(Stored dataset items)
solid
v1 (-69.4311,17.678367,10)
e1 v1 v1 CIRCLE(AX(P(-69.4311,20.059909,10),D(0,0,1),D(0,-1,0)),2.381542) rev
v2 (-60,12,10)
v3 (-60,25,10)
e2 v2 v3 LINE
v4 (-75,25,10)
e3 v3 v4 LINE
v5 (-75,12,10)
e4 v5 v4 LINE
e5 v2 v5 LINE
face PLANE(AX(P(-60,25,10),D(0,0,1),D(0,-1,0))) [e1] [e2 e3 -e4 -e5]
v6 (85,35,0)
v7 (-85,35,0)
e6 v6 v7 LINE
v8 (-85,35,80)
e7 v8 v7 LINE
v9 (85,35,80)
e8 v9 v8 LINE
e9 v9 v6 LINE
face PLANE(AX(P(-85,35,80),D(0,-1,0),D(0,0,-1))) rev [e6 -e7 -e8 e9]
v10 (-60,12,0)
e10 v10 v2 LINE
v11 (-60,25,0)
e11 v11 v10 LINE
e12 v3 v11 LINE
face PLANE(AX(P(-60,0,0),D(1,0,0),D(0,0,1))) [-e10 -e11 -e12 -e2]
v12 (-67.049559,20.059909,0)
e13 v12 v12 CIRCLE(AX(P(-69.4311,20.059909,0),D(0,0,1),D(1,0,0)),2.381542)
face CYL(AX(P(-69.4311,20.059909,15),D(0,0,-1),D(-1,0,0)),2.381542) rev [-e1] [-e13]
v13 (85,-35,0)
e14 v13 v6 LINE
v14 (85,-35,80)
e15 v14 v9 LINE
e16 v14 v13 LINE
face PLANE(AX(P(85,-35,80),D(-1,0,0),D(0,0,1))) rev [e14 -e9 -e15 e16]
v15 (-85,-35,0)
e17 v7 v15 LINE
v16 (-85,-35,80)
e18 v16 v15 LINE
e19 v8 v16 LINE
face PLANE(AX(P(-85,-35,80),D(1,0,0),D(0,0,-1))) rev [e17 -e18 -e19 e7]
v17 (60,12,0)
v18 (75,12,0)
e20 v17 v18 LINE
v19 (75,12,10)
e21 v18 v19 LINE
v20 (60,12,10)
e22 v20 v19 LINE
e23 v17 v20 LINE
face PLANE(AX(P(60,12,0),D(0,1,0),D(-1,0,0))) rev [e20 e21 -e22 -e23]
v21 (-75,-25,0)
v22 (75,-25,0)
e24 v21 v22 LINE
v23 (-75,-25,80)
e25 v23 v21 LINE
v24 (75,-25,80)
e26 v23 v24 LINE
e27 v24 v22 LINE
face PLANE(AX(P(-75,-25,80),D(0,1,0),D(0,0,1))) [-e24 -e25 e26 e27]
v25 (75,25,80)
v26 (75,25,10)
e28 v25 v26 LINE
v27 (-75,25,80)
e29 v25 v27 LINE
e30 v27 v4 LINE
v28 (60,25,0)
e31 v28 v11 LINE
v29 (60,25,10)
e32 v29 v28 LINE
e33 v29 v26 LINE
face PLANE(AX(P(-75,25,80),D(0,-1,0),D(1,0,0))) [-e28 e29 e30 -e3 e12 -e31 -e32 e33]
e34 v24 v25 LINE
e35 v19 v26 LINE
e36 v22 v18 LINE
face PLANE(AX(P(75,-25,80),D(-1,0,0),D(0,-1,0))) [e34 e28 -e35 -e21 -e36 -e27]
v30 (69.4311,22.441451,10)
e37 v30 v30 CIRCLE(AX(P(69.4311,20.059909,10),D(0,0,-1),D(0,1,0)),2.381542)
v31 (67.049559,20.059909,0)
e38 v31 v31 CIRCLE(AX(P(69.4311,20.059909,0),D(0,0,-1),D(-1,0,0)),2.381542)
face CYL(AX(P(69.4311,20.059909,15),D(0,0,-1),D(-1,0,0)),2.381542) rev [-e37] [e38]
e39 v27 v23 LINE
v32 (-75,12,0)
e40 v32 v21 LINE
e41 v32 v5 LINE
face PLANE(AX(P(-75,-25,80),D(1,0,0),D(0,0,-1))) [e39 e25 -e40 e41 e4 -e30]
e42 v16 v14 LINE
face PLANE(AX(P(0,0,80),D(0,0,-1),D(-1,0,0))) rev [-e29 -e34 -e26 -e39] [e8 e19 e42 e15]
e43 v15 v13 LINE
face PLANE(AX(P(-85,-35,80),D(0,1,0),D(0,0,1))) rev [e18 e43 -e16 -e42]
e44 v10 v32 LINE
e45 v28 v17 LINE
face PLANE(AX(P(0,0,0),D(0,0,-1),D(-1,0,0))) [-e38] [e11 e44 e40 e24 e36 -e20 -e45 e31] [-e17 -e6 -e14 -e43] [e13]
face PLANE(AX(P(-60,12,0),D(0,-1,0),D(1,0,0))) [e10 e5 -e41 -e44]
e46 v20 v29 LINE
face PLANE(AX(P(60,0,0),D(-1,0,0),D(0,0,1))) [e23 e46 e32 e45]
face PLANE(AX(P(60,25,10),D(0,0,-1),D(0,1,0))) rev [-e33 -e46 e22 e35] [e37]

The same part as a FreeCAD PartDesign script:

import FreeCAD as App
import Part
import Sketcher

doc = App.newDocument("Part")
params = doc.addObject("Spreadsheet::Sheet", "Params")
for row, (alias, value) in enumerate([
    ("sketch1_width", "170 mm"),
    ("sketch1_width2", "150 mm"),
    ("sketch1_height", "70 mm"),
    ("sketch1_height2", "50 mm"),
    ("pad1_length", "80 mm"),
    ("sketch2_width", "13 mm"),
    ("sketch2_height", "10 mm"),
    ("pad2_length", "15 mm"),
    ("pocket1_length", "15 mm"),
], start=1):
    params.set(f"A{row}", alias)
    params.set(f"B{row}", "=" + value)
    params.setAlias(f"B{row}", alias)

body = doc.addObject("PartDesign::Body", "Body")

# Sketch on XY plane
sketch1 = body.newObject("Sketcher::SketchObject", "Sketch")
sketch1.AttachmentSupport = (doc.getObject("XY_Plane"), [""])
sketch1.MapMode = "FlatFace"
sketch1.addGeometry(Part.LineSegment(App.Vector(-85, 35, 0), App.Vector(-85, -35, 0)), False)
sketch1.addGeometry(Part.LineSegment(App.Vector(-85, -35, 0), App.Vector(85, -35, 0)), False)
sketch1.addGeometry(Part.LineSegment(App.Vector(85, -35, 0), App.Vector(85, 35, 0)), False)
sketch1.addGeometry(Part.LineSegment(App.Vector(85, 35, 0), App.Vector(-85, 35, 0)), False)
sketch1.addGeometry(Part.LineSegment(App.Vector(75, -25, 0), App.Vector(-75, -25, 0)), False)
sketch1.addGeometry(Part.LineSegment(App.Vector(-75, -25, 0), App.Vector(-75, 25, 0)), False)
sketch1.addGeometry(Part.LineSegment(App.Vector(-75, 25, 0), App.Vector(75, 25, 0)), False)
sketch1.addGeometry(Part.LineSegment(App.Vector(75, 25, 0), App.Vector(75, -25, 0)), False)
sketch1.addConstraint(Sketcher.Constraint("Coincident", 0, 2, 1, 1))
sketch1.addConstraint(Sketcher.Constraint("Coincident", 1, 2, 2, 1))
sketch1.addConstraint(Sketcher.Constraint("Coincident", 2, 2, 3, 1))
sketch1.addConstraint(Sketcher.Constraint("Coincident", 3, 2, 0, 1))
sketch1.addConstraint(Sketcher.Constraint("Coincident", 4, 2, 5, 1))
sketch1.addConstraint(Sketcher.Constraint("Coincident", 5, 2, 6, 1))
sketch1.addConstraint(Sketcher.Constraint("Coincident", 6, 2, 7, 1))
sketch1.addConstraint(Sketcher.Constraint("Coincident", 7, 2, 4, 1))
sketch1.addConstraint(Sketcher.Constraint("Vertical", 0))
sketch1.addConstraint(Sketcher.Constraint("Horizontal", 1))
sketch1.addConstraint(Sketcher.Constraint("Vertical", 2))
sketch1.addConstraint(Sketcher.Constraint("Horizontal", 3))
sketch1.addConstraint(Sketcher.Constraint("Horizontal", 4))
sketch1.addConstraint(Sketcher.Constraint("Vertical", 5))
sketch1.addConstraint(Sketcher.Constraint("Horizontal", 6))
sketch1.addConstraint(Sketcher.Constraint("Vertical", 7))
sketch1.addConstraint(Sketcher.Constraint("Symmetric", 0, 2, 2, 2, -1, 1))
sketch1.addConstraint(Sketcher.Constraint("Symmetric", 4, 2, 6, 2, -1, 1))
sketch1.addConstraint(Sketcher.Constraint("DistanceX", 1, 1, 1, 2, 170.0))
sketch1.addConstraint(Sketcher.Constraint("DistanceX", 4, 2, 4, 1, 150.0))
sketch1.addConstraint(Sketcher.Constraint("DistanceY", 0, 2, 0, 1, 70.0))
sketch1.addConstraint(Sketcher.Constraint("DistanceY", 5, 1, 5, 2, 50.0))
sketch1.setExpression("Constraints[18]", "Params.sketch1_width")
sketch1.setExpression("Constraints[19]", "Params.sketch1_width2")
sketch1.setExpression("Constraints[20]", "Params.sketch1_height")
sketch1.setExpression("Constraints[21]", "Params.sketch1_height2")
pad1 = body.newObject("PartDesign::Pad", "Pad")
pad1.Profile = sketch1
pad1.setExpression("Length", "Params.pad1_length")

# Sketch on YZ plane
sketch2 = body.newObject("Sketcher::SketchObject", "Sketch001")
sketch2.AttachmentSupport = (doc.getObject("YZ_Plane"), [""])
sketch2.MapMode = "FlatFace"
sketch2.AttachmentOffset = App.Placement(App.Vector(0, 0, 75), App.Rotation())
sketch2.addGeometry(Part.LineSegment(App.Vector(25, 0, 0), App.Vector(12, 0, 0)), False)
sketch2.addGeometry(Part.LineSegment(App.Vector(12, 0, 0), App.Vector(12, 10, 0)), False)
sketch2.addGeometry(Part.LineSegment(App.Vector(12, 10, 0), App.Vector(25, 10, 0)), False)
sketch2.addGeometry(Part.LineSegment(App.Vector(25, 10, 0), App.Vector(25, 0, 0)), False)
sketch2.addConstraint(Sketcher.Constraint("Coincident", 0, 2, 1, 1))
sketch2.addConstraint(Sketcher.Constraint("Coincident", 1, 2, 2, 1))
sketch2.addConstraint(Sketcher.Constraint("Coincident", 2, 2, 3, 1))
sketch2.addConstraint(Sketcher.Constraint("Coincident", 3, 2, 0, 1))
sketch2.addConstraint(Sketcher.Constraint("Horizontal", 0))
sketch2.addConstraint(Sketcher.Constraint("Vertical", 1))
sketch2.addConstraint(Sketcher.Constraint("Horizontal", 2))
sketch2.addConstraint(Sketcher.Constraint("Vertical", 3))
sketch2.addConstraint(Sketcher.Constraint("PointOnObject", 0, 2, -1))
sketch2.addConstraint(Sketcher.Constraint("DistanceX", 0, 2, 0, 1, 13.0))
sketch2.addConstraint(Sketcher.Constraint("DistanceY", 1, 1, 1, 2, 10.0))
sketch2.addConstraint(Sketcher.Constraint("DistanceX", -1, 1, 0, 2, 12.0))
sketch2.setExpression("Constraints[9]", "Params.sketch2_width")
sketch2.setExpression("Constraints[10]", "Params.sketch2_height")
pad2 = body.newObject("PartDesign::Pad", "Pad001")
pad2.Profile = sketch2
pad2.setExpression("Length", "Params.pad2_length")
pad2.Reversed = True

# Sketch on XY plane
sketch3 = body.newObject("Sketcher::SketchObject", "Sketch002")
sketch3.AttachmentSupport = (doc.getObject("XY_Plane"), [""])
sketch3.MapMode = "FlatFace"
sketch3.addGeometry(Part.Circle(App.Vector(69.4, 20.1, 0), App.Vector(0, 0, 1), 2.4), False)
sketch3.addConstraint(Sketcher.Constraint("Diameter", 0, 4.763083))
sketch3.addConstraint(Sketcher.Constraint("DistanceX", -1, 1, 0, 3, 69.4311))
sketch3.addConstraint(Sketcher.Constraint("DistanceY", -1, 1, 0, 3, 20.059909))
pocket1 = body.newObject("PartDesign::Pocket", "Pocket")
pocket1.Profile = sketch3
pocket1.setExpression("Length", "Params.pocket1_length")
pocket1.Reversed = True
doc.recompute()

mirrored = body.newObject("PartDesign::Mirrored", "Mirrored")
mirrored.Originals = [pad2, pocket1]
mirrored.MirrorPlane = (doc.getObject("YZ_Plane"), [""])
body.Tip = mirrored

doc.recompute()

How to complete this task: Beginning at the line above with "face PLANE(AX(P(-60,0,0),D(1,0,0),D(0,0,1))) [-e10" and finishing at the line with "face PLANE(AX(P(85,-35,80),D(-1,0,0),D(0,0,1))) rev", return each line exactly and return nothing else.

Exercise response:
face PLANE(AX(P(-60,0,0),D(1,0,0),D(0,0,1))) [-e10 -e11 -e12 -e2]
v12 (-67.049559,20.059909,0)
e13 v12 v12 CIRCLE(AX(P(-69.4311,20.059909,0),D(0,0,1),D(1,0,0)),2.381542)
face CYL(AX(P(-69.4311,20.059909,15),D(0,0,-1),D(-1,0,0)),2.381542) rev [-e1] [-e13]
v13 (85,-35,0)
e14 v13 v6 LINE
v14 (85,-35,80)
e15 v14 v9 LINE
e16 v14 v13 LINE
face PLANE(AX(P(85,-35,80),D(-1,0,0),D(0,0,1))) rev [e14 -e9 -e15 e16]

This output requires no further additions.